Quase todo mundo escolhe pela segurança aparente. O problema é que segurança aparente não é segurança de verdade.
Você provavelmente já ouviu essa conversa no grupo da família no WhatsApp: “Mete tudo no Tesouro Direto com essa Selic de 13,25%”. Sim, rende bastante. Sim, é seguro. Mas aqui está a questão que ninguém quer fazer: você está realmente ganhando dinheiro ou apenas não perdendo?
Estamos em janeiro de 2026. Você tem R$ 100 mil para investir. A Selic está em 13,25% ao ano. Bitcoin fechou ontem em US$ 80 mil. E você está ali, paralisado, vendo a oportunidade passar porque não consegue decidir entre o “seguro” e o “arriscado”.
Deixa eu ser direto: essa é a dicotomia errada.
Por que a Selic de 13,25% não é tão boa quanto parece
Sim, 13,25% é muito dinheiro. Se você investir R$ 100 mil em Tesouro Prefixado ou em títulos atrelados à Selic, vai receber aproximadamente R$ 13.250 de rendimento em um ano. Parece incrível.
Mas vamos pensar no que realmente importa: poder de compra.

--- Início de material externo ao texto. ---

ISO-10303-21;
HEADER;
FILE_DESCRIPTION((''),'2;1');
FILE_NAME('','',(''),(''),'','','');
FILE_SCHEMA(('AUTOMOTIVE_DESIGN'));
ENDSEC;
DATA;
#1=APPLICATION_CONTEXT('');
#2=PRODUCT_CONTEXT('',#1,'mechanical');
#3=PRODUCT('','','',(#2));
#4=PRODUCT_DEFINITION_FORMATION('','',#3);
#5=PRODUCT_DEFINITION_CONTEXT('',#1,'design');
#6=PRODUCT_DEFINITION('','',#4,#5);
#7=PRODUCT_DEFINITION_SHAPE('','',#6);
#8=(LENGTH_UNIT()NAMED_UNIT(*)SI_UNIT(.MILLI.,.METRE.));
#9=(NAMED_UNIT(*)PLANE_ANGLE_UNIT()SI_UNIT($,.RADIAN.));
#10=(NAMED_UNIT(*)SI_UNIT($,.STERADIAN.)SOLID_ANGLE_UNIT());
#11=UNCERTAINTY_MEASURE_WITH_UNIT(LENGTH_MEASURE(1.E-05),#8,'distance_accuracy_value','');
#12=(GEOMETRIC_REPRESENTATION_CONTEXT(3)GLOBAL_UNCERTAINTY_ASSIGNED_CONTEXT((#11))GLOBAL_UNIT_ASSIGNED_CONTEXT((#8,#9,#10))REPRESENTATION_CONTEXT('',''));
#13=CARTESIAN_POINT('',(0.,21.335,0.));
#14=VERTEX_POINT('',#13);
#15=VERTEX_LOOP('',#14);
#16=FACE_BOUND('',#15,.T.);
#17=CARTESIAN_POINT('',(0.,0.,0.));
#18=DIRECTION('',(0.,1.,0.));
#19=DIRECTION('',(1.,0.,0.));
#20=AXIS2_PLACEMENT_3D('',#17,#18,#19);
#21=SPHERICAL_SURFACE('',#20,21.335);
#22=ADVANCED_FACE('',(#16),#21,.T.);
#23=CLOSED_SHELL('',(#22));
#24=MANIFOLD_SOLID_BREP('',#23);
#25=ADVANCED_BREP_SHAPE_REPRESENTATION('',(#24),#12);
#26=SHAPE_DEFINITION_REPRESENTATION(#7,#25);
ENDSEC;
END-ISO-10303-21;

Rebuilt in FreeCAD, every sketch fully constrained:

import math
import FreeCAD as App
import Part
import Sketcher

doc = App.newDocument("Part")
body = doc.addObject("PartDesign::Body", "Body")

# Sketch on XY plane
sketch1 = body.newObject("Sketcher::SketchObject", "Sketch")
sketch1.AttachmentSupport = (doc.getObject("XY_Plane"), [""])
sketch1.MapMode = "FlatFace"
sketch1.addGeometry(Part.ArcOfCircle(Part.Circle(App.Vector(0, 0, 0), App.Vector(0, 0, 1), 21), math.radians(-90), math.radians(90)), False)
sketch1.addGeometry(Part.LineSegment(App.Vector(0, 21, 0), App.Vector(0, -21, 0)), False)
sketch1.addConstraint(Sketcher.Constraint("Coincident", 0, 1, 1, 2))
sketch1.addConstraint(Sketcher.Constraint("Coincident", 1, 1, 0, 2))
sketch1.addConstraint(Sketcher.Constraint("Vertical", 1))
sketch1.addConstraint(Sketcher.Constraint("Coincident", 0, 3, -1, 1))
sketch1.addConstraint(Sketcher.Constraint("PointOnObject", 0, 1, -2))
sketch1.addConstraint(Sketcher.Constraint("Radius", 0, 21.335))
revolution = body.newObject("PartDesign::Revolution", "Revolution")
revolution.Profile = sketch1
revolution.ReferenceAxis = (sketch1, ["V_Axis"])
revolution.Angle = 360

doc.recompute()
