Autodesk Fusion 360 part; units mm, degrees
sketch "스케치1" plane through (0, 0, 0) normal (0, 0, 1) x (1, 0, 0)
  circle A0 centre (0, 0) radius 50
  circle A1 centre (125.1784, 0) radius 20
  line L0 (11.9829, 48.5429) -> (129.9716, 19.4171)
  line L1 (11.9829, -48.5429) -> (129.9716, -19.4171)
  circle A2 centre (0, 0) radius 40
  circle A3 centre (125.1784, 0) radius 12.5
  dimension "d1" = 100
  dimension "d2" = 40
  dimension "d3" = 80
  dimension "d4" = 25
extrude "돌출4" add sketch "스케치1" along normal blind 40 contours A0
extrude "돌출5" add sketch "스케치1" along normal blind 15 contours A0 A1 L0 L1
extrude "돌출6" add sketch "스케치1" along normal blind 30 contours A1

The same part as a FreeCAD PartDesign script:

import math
import FreeCAD as App
import Part
import Sketcher
from FreeCAD import Vector
Q = App.Units.Quantity

doc = App.newDocument("Part")
body = doc.addObject("PartDesign::Body", "Body")

# Sketch on XY plane
sketch1 = body.newObject("Sketcher::SketchObject", "Sketch")
sketch1.AttachmentSupport = (doc.getObject("XY_Plane"), [""])
sketch1.MapMode = "FlatFace"
sketch1.addGeometry([
    Part.Circle(Vector(0, 0, 0), Vector(0, 0, 1), 50),
    Part.Circle(Vector(0, 0, 0), Vector(0, 0, 1), 40),
], False)
sketch1.addConstraint([
    Sketcher.Constraint("Coincident", 0, 3, -1, 1),
    Sketcher.Constraint("Coincident", 1, 3, -1, 1),
    Sketcher.Constraint("Diameter", 0, Q("100 mm")),
    Sketcher.Constraint("Diameter", 1, Q("80 mm")),
])
pad1 = body.newObject("PartDesign::Pad", "Pad")
pad1.Profile = sketch1
pad1.Length = 40

# Sketch on XY plane
sketch2 = body.newObject("Sketcher::SketchObject", "Sketch001")
sketch2.AttachmentSupport = (doc.getObject("XY_Plane"), [""])
sketch2.MapMode = "FlatFace"
sketch2.addGeometry([
    Part.ArcOfCircle(Part.Circle(Vector(0, 0, 0), Vector(0, 0, 1), 50), math.radians(-76.133652), math.radians(76.133652)),
    Part.LineSegment(Vector(11.9829, -48.5429, 0), Vector(129.9716, -19.4171, 0)),
    Part.ArcOfCircle(Part.Circle(Vector(125.1784, 0, 0), Vector(0, 0, 1), 20), math.radians(76.1335), math.radians(283.8665)),
    Part.LineSegment(Vector(129.9716, 19.4171, 0), Vector(11.9829, 48.5429, 0)),
], False)
sketch2.addConstraint([
    Sketcher.Constraint("Tangent", 0, 1, 1, 1),
    Sketcher.Constraint("Tangent", 1, 2, 2, 2),
    Sketcher.Constraint("Tangent", 2, 1, 3, 1),
    Sketcher.Constraint("Tangent", 3, 2, 0, 2),
    Sketcher.Constraint("Coincident", 0, 3, -1, 1),
    Sketcher.Constraint("PointOnObject", 2, 3, -1),
    Sketcher.Constraint("Radius", 0, Q("50 mm")),
    Sketcher.Constraint("Radius", 2, Q("20 mm")),
    Sketcher.Constraint("DistanceY", 1, 2, 3, 2, Q("67.96 mm")),
])
pad2 = body.newObject("PartDesign::Pad", "Pad001")
pad2.Profile = sketch2
pad2.Length = 15

# Sketch on XY plane
sketch3 = body.newObject("Sketcher::SketchObject", "Sketch002")
sketch3.AttachmentSupport = (doc.getObject("XY_Plane"), [""])
sketch3.MapMode = "FlatFace"
sketch3.addGeometry([
    Part.Circle(Vector(125.1784, 0, 0), Vector(0, 0, 1), 20),
    Part.Circle(Vector(125.1784, 0, 0), Vector(0, 0, 1), 12.5),
], False)
sketch3.addConstraint([
    Sketcher.Constraint("Coincident", 1, 3, 0, 3),
    Sketcher.Constraint("PointOnObject", 0, 3, -1),
    Sketcher.Constraint("Diameter", 0, Q("40 mm")),
    Sketcher.Constraint("Diameter", 1, Q("25 mm")),
    Sketcher.Constraint("DistanceX", -1, 1, 0, 3, Q("125.1784 mm")),
])
pad3 = body.newObject("PartDesign::Pad", "Pad002")
pad3.Profile = sketch3
pad3.Length = 30

doc.recompute()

A inflação no Brasil fecha 2025 em torno de 4,5% a 5%. Isso significa que dos seus R$ 13.250 de ganho “real” em termos de números, talvez R$ 4.500 a R$ 5.000 simplesmente desapareça pela inflação. Você fica com R$ 8.250 a R$ 8.750 de ganho real. Rendimento real de cerca de 8,25% a 8,75%. Ainda é bom, mas não é aquele foguete que você pensava.
Agora, tem mais um detalhe que mata a festa: impostos.
- Se você sacar antes de 30 dias: 22,5% de Imposto de Renda
- De 30 a 180 dias: 20%
- De 180 dias a 1 ano: 17,5%
- Acima de 1 ano: 15%
Se você deixar aplicado por um ano e depois sacar, paga 15% de IR sobre o ganho. Dos seus R$ 13.250, você entrega R$ 1.987,50 para o governo. Seu ganho cai para R$ 11.262,50. Rentabilidade real líquida: algo em torno de 7% a 7,5% ao ano depois de inflação e impostos.
Não é ruim. Mas também não é o que o vizinho te contou.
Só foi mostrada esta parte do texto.